-- WHAT TO WORK ON --
Output only the lines from the start of the entries through the line holding "v 3.345 3.81 228.6". Each line must match the original exactly.
BEGIN EXERCISE INPUT
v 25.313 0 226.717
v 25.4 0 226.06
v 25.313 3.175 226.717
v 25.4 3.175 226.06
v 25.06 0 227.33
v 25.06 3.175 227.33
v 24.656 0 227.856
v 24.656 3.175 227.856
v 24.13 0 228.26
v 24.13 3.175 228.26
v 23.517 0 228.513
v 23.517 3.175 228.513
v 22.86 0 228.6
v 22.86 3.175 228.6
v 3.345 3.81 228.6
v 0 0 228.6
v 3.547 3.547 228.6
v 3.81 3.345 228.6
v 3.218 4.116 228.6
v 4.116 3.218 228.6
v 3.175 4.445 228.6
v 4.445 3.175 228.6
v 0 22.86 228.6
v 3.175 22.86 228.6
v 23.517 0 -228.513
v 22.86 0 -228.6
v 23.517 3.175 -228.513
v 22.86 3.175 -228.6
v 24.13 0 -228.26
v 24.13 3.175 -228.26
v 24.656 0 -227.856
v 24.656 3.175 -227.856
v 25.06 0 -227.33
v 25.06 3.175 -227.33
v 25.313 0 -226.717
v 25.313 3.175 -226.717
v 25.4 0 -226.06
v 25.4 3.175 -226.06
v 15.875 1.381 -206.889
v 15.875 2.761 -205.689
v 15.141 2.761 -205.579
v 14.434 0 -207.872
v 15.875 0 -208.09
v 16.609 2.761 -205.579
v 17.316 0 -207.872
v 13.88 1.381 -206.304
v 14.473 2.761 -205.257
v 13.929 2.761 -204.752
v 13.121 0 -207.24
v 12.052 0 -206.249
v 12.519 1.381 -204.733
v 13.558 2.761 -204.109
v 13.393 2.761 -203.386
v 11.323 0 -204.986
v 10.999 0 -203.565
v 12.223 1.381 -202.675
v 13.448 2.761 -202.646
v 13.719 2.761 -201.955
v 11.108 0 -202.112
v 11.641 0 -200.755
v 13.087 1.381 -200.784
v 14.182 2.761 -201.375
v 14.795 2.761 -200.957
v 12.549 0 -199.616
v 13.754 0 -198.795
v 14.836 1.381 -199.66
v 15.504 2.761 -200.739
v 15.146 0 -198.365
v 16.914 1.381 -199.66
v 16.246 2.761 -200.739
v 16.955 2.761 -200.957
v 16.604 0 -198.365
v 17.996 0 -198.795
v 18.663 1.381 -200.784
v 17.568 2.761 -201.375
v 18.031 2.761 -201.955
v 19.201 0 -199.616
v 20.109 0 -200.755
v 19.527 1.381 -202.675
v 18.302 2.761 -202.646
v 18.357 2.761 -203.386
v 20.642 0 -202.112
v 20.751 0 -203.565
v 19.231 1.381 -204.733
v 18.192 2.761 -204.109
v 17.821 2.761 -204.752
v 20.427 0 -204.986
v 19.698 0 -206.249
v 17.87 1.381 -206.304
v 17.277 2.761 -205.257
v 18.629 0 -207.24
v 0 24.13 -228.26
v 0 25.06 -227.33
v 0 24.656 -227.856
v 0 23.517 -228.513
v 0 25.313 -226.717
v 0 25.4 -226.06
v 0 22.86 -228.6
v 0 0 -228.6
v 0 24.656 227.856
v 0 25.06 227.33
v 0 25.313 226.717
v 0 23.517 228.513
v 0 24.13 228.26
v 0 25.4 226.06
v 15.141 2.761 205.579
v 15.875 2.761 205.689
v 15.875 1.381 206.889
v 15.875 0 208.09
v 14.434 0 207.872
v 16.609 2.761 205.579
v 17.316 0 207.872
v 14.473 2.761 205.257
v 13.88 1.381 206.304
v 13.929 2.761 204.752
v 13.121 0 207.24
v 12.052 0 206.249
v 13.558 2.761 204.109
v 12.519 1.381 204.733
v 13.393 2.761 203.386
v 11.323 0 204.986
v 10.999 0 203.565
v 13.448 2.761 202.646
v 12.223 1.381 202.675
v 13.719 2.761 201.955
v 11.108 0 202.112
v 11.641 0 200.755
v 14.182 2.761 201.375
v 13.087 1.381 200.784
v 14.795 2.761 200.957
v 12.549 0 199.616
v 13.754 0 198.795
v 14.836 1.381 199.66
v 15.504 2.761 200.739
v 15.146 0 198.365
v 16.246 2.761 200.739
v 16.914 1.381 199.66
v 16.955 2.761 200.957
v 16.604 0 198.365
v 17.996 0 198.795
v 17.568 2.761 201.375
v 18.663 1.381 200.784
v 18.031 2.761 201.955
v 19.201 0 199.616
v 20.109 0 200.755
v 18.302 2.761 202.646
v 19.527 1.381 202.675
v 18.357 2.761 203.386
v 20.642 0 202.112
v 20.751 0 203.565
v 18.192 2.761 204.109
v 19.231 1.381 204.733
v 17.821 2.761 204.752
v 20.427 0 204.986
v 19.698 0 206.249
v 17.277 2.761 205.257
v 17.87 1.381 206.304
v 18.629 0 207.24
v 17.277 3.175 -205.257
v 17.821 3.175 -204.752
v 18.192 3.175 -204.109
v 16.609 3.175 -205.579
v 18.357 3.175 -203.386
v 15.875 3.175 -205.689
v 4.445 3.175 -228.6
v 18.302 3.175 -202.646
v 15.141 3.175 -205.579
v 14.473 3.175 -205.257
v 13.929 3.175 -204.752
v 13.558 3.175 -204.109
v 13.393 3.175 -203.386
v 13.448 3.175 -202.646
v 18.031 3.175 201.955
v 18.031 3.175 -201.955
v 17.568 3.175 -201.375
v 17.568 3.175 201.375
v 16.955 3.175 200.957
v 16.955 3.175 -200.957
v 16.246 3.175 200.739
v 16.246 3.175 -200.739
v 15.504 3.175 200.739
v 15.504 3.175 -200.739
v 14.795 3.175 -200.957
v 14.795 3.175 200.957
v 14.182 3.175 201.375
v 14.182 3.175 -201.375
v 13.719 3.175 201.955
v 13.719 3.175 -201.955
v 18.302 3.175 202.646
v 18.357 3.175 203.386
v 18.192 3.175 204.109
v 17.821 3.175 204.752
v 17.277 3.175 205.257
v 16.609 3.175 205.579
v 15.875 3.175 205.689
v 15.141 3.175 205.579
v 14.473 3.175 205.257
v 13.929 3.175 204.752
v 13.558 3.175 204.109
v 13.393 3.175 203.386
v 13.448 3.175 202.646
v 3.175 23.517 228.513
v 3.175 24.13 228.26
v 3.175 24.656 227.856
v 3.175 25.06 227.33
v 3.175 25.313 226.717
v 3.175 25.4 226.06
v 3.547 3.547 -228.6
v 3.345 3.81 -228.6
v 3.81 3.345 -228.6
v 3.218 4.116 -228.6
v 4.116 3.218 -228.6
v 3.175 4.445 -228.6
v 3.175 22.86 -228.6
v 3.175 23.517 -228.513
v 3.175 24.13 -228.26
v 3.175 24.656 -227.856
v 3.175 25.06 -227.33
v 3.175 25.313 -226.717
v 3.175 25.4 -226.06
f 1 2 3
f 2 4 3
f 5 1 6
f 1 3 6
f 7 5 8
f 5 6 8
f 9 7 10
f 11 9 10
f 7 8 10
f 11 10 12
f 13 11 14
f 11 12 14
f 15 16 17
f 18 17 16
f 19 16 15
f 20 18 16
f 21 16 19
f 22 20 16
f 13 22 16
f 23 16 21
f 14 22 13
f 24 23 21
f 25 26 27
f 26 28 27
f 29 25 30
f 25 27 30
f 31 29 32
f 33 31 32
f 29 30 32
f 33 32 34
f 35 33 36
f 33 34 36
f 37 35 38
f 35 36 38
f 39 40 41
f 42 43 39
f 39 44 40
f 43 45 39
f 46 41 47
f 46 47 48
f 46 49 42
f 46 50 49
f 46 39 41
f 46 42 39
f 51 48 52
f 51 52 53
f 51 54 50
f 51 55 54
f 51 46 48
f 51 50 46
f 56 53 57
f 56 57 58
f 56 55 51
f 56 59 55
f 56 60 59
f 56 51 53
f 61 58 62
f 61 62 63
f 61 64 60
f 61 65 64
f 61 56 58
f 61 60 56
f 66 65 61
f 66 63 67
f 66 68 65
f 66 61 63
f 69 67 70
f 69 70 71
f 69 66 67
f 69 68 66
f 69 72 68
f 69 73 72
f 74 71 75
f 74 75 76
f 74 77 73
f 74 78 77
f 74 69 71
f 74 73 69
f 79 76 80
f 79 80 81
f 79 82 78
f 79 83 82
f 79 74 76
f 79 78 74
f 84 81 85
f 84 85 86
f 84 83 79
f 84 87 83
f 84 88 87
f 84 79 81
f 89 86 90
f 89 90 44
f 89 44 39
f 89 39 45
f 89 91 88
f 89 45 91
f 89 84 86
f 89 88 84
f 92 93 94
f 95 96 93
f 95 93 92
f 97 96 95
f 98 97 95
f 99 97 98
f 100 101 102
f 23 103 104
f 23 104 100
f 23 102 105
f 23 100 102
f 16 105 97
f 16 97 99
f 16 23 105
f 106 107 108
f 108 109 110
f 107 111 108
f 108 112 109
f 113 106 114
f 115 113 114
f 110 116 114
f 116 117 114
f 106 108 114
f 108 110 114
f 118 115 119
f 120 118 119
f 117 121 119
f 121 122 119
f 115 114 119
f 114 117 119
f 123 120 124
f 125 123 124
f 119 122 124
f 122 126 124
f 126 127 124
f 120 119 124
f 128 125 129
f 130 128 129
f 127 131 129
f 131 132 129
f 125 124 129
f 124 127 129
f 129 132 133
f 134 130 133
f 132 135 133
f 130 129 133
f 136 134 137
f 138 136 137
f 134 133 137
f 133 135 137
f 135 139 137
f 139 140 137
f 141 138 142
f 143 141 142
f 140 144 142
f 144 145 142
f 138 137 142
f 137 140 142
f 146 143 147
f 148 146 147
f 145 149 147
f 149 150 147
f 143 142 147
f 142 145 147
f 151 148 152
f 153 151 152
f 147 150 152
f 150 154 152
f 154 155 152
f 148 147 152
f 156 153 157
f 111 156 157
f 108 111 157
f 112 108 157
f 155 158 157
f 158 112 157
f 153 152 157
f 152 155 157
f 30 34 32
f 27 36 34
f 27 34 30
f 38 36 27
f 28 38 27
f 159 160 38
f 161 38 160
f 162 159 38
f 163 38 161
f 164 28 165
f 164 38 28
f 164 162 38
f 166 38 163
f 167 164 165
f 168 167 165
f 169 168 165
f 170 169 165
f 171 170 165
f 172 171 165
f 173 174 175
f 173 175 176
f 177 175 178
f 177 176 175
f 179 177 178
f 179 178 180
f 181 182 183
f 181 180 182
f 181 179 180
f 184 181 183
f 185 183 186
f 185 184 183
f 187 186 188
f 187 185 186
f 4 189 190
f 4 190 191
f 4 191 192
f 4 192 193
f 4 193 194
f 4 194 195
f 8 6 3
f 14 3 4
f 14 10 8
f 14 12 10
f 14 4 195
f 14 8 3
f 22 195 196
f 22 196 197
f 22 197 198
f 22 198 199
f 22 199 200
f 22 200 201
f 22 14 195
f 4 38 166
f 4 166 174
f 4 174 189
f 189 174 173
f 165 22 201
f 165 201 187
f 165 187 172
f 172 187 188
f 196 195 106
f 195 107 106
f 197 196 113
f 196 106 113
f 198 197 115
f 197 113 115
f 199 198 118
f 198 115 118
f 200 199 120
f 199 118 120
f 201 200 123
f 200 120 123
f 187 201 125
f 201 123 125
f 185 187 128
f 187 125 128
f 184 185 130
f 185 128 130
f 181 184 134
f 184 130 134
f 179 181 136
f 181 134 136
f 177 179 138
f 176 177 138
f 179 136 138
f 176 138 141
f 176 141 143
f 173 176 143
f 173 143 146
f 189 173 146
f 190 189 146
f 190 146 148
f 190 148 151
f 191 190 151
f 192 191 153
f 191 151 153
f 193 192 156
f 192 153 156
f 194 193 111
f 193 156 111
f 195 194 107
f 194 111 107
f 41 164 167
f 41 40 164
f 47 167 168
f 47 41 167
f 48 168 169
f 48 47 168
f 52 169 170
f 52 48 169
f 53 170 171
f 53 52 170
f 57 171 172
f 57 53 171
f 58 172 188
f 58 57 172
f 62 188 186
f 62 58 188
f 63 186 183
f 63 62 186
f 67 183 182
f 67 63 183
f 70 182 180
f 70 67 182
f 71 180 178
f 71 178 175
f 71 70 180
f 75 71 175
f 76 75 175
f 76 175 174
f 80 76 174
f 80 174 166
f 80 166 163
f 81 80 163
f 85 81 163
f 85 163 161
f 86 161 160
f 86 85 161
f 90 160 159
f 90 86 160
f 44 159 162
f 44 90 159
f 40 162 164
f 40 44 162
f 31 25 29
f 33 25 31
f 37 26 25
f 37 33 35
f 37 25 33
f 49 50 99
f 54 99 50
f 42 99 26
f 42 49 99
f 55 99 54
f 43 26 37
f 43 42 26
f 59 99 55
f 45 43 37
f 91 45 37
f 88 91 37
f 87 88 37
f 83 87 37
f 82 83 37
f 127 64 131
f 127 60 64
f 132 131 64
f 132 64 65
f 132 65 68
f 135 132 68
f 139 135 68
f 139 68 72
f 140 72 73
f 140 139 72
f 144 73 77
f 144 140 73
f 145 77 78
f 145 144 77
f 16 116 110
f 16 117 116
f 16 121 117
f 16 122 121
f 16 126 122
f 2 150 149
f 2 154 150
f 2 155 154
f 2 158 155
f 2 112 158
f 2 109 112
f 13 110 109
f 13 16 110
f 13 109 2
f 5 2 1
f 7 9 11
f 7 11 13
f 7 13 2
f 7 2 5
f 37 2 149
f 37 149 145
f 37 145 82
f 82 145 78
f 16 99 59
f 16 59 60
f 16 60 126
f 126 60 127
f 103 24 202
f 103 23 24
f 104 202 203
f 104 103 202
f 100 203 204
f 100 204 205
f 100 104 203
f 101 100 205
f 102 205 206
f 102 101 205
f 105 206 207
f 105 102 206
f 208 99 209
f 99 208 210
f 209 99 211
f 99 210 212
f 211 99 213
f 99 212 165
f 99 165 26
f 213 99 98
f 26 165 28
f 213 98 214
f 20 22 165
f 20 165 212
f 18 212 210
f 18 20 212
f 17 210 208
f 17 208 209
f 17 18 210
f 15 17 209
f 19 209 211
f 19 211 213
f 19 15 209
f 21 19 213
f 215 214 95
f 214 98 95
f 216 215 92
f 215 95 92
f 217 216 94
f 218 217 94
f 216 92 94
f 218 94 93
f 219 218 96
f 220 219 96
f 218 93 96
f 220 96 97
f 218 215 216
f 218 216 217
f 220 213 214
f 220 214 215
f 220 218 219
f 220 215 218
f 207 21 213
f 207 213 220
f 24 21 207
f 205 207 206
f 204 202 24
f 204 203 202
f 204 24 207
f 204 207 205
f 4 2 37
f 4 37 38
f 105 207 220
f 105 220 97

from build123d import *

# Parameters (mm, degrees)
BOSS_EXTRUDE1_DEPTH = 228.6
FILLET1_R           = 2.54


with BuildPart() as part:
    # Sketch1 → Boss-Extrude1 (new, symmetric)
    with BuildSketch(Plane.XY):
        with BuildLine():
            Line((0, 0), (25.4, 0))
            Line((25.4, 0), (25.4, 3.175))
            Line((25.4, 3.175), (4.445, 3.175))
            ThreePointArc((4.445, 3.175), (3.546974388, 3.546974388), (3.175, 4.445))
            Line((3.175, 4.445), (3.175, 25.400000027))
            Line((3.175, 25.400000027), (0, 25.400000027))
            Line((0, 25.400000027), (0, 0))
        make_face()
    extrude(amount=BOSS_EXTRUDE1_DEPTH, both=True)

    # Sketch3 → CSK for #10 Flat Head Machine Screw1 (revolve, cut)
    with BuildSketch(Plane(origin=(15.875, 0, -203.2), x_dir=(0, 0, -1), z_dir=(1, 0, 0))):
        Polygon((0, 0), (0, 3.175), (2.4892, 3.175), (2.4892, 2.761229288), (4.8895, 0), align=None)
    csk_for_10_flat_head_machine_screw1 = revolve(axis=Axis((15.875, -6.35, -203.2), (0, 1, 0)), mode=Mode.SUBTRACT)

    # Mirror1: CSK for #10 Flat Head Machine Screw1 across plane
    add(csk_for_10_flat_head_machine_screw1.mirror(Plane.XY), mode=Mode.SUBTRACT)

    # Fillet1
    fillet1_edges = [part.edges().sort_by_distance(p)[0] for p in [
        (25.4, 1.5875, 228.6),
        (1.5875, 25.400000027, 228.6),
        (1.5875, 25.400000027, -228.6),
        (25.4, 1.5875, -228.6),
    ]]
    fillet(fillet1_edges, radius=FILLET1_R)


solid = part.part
END EXERCISE INPUT
-- SOLUTION --
v 25.313 0 226.717
v 25.4 0 226.06
v 25.313 3.175 226.717
v 25.4 3.175 226.06
v 25.06 0 227.33
v 25.06 3.175 227.33
v 24.656 0 227.856
v 24.656 3.175 227.856
v 24.13 0 228.26
v 24.13 3.175 228.26
v 23.517 0 228.513
v 23.517 3.175 228.513
v 22.86 0 228.6
v 22.86 3.175 228.6
v 3.345 3.81 228.6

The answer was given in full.